[Entries taken from a collection]
**********

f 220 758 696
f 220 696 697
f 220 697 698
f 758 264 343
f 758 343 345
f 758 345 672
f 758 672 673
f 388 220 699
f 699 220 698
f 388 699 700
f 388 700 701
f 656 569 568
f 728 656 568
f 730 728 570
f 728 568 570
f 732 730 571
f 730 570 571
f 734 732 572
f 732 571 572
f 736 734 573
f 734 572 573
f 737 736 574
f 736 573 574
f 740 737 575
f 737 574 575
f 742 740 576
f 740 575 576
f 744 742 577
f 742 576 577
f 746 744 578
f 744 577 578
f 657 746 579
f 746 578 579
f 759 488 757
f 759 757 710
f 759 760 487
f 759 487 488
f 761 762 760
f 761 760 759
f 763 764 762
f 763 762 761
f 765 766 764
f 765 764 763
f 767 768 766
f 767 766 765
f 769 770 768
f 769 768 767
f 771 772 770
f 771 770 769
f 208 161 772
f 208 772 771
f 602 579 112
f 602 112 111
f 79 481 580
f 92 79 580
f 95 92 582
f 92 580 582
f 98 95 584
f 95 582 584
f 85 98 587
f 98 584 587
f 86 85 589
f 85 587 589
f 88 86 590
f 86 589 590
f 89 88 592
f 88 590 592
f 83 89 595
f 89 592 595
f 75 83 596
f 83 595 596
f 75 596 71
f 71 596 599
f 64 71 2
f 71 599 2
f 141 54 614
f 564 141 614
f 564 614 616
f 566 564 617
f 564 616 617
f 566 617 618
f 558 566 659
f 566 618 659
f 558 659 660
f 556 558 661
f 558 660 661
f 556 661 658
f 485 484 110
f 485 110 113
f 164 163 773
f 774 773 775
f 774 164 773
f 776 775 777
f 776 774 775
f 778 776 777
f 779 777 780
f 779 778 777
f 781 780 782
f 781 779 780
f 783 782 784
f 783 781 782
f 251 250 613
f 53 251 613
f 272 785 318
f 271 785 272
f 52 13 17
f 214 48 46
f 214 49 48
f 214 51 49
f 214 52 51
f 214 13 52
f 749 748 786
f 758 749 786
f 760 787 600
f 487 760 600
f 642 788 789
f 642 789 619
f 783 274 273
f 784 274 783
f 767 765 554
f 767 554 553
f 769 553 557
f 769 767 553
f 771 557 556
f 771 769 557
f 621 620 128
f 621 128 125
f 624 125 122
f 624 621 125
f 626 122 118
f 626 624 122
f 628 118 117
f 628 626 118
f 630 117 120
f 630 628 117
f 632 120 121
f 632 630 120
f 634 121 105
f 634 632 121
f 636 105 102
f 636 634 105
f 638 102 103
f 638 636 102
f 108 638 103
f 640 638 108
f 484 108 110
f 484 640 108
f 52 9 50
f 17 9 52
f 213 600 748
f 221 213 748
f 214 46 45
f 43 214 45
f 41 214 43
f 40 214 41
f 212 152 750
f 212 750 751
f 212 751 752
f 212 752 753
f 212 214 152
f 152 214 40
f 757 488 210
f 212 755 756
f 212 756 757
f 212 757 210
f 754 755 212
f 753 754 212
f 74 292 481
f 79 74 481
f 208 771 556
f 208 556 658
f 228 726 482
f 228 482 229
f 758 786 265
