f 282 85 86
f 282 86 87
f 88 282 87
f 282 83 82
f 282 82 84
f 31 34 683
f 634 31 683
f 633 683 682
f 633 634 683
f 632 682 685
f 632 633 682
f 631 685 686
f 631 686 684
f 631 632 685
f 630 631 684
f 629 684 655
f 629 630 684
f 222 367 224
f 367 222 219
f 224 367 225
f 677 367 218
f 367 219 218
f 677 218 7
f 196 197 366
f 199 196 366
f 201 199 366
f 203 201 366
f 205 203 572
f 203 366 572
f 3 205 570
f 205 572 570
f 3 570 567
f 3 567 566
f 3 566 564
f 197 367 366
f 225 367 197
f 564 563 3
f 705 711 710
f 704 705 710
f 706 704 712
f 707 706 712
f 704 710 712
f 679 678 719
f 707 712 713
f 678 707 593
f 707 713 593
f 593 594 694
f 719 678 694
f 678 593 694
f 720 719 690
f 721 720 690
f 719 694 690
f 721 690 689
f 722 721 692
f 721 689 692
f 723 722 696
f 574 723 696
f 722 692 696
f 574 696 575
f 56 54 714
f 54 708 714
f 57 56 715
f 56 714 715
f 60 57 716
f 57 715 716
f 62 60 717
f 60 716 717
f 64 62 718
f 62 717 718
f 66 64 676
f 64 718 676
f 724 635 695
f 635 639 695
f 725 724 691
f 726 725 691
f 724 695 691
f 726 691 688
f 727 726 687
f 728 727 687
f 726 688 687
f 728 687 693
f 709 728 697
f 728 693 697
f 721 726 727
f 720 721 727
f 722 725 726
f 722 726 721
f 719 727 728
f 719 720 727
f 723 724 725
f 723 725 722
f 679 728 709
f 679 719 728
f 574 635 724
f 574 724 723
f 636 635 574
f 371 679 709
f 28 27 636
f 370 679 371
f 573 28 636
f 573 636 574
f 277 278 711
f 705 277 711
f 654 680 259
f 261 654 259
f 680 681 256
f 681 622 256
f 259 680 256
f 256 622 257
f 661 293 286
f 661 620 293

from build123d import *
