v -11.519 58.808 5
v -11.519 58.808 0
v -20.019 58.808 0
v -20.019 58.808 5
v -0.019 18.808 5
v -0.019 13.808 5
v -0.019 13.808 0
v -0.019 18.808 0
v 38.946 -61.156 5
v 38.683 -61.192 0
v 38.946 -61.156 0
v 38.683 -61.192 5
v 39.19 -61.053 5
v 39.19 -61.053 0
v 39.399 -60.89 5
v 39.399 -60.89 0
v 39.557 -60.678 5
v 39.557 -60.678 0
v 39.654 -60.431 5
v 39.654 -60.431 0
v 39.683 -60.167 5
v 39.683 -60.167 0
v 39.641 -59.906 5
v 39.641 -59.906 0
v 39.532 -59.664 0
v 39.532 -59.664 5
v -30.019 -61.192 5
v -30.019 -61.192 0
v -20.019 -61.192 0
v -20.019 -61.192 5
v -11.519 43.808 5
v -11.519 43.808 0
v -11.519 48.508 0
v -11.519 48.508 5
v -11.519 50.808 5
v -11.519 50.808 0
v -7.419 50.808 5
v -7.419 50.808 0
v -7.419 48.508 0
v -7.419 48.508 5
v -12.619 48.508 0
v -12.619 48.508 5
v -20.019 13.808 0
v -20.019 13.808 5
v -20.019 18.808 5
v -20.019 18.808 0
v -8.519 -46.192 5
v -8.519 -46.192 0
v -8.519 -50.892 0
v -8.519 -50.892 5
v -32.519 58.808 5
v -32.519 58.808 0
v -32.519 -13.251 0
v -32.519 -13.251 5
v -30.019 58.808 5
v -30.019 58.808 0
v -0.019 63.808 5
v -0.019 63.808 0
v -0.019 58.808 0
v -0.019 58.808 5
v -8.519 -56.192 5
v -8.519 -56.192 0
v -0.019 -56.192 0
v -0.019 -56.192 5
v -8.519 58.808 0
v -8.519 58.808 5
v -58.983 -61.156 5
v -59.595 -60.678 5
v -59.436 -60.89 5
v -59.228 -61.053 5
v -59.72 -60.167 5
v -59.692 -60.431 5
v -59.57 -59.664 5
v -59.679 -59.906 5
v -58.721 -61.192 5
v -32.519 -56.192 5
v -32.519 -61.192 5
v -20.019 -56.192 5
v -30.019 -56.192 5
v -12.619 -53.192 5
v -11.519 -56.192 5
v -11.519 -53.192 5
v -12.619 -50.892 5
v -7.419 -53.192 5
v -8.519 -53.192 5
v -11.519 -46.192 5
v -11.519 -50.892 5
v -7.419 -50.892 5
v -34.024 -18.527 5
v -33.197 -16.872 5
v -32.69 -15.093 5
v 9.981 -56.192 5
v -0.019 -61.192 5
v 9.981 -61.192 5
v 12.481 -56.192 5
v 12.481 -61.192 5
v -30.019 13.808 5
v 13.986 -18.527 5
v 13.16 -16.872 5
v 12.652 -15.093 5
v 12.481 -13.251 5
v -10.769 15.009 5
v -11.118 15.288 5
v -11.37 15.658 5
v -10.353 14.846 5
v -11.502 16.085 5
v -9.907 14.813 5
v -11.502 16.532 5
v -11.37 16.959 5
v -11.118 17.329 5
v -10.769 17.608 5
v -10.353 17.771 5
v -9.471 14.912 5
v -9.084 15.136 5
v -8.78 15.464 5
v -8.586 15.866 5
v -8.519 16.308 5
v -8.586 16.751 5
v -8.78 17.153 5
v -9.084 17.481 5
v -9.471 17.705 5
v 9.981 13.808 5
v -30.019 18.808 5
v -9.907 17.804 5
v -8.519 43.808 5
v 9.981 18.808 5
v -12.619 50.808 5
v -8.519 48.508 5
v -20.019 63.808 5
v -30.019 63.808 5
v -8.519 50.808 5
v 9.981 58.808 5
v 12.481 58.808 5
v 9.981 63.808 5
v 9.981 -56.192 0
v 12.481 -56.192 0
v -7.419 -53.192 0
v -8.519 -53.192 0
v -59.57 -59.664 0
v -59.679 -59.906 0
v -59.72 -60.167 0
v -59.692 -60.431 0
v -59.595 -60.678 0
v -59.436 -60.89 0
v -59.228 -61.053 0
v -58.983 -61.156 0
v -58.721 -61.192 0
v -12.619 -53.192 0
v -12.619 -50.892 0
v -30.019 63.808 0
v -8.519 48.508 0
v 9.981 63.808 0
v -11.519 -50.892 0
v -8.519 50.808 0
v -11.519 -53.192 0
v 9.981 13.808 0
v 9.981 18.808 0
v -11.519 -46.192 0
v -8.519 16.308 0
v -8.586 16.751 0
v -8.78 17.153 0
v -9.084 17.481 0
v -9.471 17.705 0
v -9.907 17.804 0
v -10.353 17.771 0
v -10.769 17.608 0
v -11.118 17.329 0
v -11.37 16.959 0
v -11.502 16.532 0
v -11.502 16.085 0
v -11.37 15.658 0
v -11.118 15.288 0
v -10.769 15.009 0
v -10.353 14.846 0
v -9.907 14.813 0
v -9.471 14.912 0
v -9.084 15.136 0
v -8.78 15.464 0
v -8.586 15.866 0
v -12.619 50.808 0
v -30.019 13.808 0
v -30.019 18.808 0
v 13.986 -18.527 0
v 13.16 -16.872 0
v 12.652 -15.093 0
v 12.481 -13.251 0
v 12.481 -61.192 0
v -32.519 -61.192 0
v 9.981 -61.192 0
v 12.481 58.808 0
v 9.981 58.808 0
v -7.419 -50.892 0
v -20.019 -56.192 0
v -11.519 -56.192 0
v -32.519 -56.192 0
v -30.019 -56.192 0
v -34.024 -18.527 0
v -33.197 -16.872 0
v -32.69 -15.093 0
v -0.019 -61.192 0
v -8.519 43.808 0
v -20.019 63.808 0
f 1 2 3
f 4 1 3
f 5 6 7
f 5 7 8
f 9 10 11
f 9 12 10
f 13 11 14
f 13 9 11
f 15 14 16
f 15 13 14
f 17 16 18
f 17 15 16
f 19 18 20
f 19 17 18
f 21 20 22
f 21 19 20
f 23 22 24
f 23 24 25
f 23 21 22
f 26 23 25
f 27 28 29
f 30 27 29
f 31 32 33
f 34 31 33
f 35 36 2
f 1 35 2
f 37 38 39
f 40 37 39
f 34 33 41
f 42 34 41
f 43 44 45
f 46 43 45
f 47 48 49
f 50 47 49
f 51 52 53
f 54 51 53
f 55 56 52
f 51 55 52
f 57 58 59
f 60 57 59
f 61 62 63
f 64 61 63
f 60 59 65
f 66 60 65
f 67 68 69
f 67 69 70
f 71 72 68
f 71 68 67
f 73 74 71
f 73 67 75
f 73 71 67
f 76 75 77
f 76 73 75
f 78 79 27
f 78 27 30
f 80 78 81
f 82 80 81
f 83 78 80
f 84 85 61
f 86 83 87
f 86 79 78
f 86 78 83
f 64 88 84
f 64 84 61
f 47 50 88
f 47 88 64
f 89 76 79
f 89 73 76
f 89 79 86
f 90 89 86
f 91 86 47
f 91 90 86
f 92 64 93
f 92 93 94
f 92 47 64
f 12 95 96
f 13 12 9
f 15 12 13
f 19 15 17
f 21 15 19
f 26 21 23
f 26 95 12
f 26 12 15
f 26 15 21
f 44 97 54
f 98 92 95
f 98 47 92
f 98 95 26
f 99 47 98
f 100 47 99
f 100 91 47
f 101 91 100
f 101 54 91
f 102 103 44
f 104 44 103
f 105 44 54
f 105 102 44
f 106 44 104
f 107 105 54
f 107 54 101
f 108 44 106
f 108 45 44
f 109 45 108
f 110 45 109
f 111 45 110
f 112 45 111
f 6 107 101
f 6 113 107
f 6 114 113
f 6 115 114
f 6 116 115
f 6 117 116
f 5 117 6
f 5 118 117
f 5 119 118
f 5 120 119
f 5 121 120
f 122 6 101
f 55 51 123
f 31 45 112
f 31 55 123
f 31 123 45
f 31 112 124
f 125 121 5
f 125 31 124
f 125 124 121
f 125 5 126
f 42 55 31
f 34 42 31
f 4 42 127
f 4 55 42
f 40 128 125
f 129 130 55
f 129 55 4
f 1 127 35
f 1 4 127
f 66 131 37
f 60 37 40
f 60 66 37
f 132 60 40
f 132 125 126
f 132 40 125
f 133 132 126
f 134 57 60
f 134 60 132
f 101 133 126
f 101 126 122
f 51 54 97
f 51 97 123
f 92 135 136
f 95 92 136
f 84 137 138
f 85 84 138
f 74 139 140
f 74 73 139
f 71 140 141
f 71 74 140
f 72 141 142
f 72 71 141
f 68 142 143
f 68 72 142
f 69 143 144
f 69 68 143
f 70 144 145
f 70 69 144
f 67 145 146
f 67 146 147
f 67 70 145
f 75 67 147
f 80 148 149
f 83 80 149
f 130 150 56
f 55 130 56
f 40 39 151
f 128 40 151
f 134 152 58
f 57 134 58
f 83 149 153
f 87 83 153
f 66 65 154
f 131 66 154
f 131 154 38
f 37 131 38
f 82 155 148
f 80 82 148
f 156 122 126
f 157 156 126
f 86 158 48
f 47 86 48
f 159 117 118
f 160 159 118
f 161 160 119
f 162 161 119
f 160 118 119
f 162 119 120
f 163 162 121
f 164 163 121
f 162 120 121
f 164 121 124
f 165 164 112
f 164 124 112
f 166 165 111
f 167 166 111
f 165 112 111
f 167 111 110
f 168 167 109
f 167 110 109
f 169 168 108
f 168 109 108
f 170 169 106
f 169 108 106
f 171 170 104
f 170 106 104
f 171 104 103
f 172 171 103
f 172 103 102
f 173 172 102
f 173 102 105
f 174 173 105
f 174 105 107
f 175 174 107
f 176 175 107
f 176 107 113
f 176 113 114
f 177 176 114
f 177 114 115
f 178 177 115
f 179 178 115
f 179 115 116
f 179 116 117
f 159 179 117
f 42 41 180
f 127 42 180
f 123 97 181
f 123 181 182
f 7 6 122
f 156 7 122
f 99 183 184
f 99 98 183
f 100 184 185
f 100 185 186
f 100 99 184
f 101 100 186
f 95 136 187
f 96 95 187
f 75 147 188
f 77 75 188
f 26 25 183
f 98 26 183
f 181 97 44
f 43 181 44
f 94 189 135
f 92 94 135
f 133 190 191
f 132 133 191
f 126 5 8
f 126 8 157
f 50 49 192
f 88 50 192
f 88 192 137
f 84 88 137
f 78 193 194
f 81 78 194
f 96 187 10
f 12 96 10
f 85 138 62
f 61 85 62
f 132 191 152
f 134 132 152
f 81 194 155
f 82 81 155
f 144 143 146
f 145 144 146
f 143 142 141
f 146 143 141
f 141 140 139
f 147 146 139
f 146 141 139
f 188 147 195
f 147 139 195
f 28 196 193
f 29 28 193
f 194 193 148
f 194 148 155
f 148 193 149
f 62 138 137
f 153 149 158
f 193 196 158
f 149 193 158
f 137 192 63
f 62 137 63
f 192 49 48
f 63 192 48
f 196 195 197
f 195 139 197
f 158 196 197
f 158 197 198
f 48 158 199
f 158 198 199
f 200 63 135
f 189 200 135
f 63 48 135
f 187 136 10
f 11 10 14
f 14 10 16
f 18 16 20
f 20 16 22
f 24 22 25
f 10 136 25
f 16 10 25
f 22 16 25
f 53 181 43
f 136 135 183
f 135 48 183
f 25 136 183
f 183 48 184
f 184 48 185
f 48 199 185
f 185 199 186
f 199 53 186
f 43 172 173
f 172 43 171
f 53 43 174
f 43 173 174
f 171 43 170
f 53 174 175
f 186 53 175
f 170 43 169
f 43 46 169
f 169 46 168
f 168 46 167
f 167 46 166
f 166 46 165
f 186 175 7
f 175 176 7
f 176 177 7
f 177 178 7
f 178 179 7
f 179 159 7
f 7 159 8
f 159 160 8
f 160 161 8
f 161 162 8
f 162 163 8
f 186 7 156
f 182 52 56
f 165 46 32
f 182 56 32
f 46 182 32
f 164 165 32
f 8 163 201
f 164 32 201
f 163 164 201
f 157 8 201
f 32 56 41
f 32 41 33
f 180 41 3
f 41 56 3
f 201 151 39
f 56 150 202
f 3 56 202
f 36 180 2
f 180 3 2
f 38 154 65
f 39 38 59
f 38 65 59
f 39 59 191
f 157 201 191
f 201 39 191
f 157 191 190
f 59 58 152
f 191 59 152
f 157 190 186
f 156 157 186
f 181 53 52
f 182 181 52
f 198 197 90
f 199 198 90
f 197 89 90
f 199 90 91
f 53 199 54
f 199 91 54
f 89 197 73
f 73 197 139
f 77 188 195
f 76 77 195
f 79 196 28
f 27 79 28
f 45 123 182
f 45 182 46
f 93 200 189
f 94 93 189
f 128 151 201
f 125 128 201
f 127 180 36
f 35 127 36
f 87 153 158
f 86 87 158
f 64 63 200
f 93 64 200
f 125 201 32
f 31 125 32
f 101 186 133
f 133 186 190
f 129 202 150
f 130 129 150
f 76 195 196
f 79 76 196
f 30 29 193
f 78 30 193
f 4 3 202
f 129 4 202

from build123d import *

# Parameters (mm, degrees)
BOSS_EXTRUDE1_DEPTH = 5
SKETCH2_R           = 1.5
SKETCH2_W           = 10
SKETCH2_H           = 5
CUT_EXTRUDE1_DEPTH  = 10
FILLET1_R           = 10
FILLET2_R           = 1


with BuildPart() as part:
    # Sketch1 → Boss-Extrude1 (new body)
    with BuildSketch(Plane.XY):
        Polygon((-32.518889855, -56.191512275), (-30.018889855, -56.191512275), (-30.018889855, -61.191512275), (-20.018889855, -61.191512275), (-20.018889855, -56.191512275), (-11.518889855, -56.191512275), (-11.518889855, -53.191512275), (-12.618889855, -53.191512275), (-12.618889855, -50.891512275), (-11.518889855, -50.891512275), (-11.518889855, -46.191512275), (-8.518889855, -46.191512275), (-8.518889855, -50.891512275), (-7.418889855, -50.891512275), (-7.418889855, -53.191512275), (-8.518889855, -53.191512275), (-8.518889855, -56.191512275), (-0.018889855, -56.191512275), (-0.018889855, -61.191512275), (9.981110145, -61.191512275), (9.981110145, -56.191512275), (12.481110145, -56.191512275), (12.481110145, -61.191512275), (40.481110145, -61.191512275), (12.481110145, -16.103821473), (12.481110145, 58.808487725), (9.981110145, 58.808487725), (9.981110145, 63.808487725), (-0.018889855, 63.808487725), (-0.018889855, 58.808487725), (-8.518889855, 58.808487725), (-8.518889855, 50.808487725), (-7.418889855, 50.808487725), (-7.418889855, 48.508487725), (-8.518889855, 48.508487725), (-8.518889855, 43.808487725), (-11.518889855, 43.808487725), (-11.518889855, 48.508487725), (-12.618889855, 48.508487725), (-12.618889855, 50.808487725), (-11.518889855, 50.808487725), (-11.518889855, 58.808487725), (-20.018889855, 58.808487725), (-20.018889855, 63.808487725), (-30.018889855, 63.808487725), (-30.018889855, 58.808487725), (-32.518889855, 58.808487725), (-32.518889855, -16.103821473), (-60.518889855, -61.191512275), (-32.518889855, -61.191512275), align=None)
    extrude(amount=BOSS_EXTRUDE1_DEPTH)

    # Sketch2 → Cut-Extrude1 (cut)
    with BuildSketch(Plane.XY.offset(5)):
        with Locations((-10.018889855, 16.308487725)):
            Circle(SKETCH2_R)
        with Locations((-25.018889855, 16.308487725)):
            Rectangle(SKETCH2_W, SKETCH2_H)
        with Locations((4.981110145, 16.308487725)):
            Rectangle(SKETCH2_W, SKETCH2_H)
    extrude(amount=-CUT_EXTRUDE1_DEPTH, mode=Mode.SUBTRACT)

    # Fillet1
    fillet1_edges = [part.edges().sort_by_distance(p)[0] for p in [
        (-32.518889855, -16.103821473, 2.5),
        (12.481110145, -16.103821473, 2.5),
    ]]
    fillet(fillet1_edges, radius=FILLET1_R)

    # Fillet2
    fillet2_edges = [part.edges().sort_by_distance(p)[0] for p in [
        (40.481110145, -61.191512275, 2.5),
        (-60.518889855, -61.191512275, 2.5),
    ]]
    fillet(fillet2_edges, radius=FILLET2_R)


solid = part.part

**********

WORK REQUIRED = The answer should be an exact copy of the lines from the first line of the data through the line with "f 742 576 577" and should contain nothing else.

RESULT FOR THIS TASK =
f 220 758 696
f 220 696 697
f 220 697 698
f 758 264 343
f 758 343 345
f 758 345 672
f 758 672 673
f 388 220 699
f 699 220 698
f 388 699 700
f 388 700 701
f 656 569 568
f 728 656 568
f 730 728 570
f 728 568 570
f 732 730 571
f 730 570 571
f 734 732 572
f 732 571 572
f 736 734 573
f 734 572 573
f 737 736 574
f 736 573 574
f 740 737 575
f 737 574 575
f 742 740 576
f 740 575 576
f 744 742 577
f 742 576 577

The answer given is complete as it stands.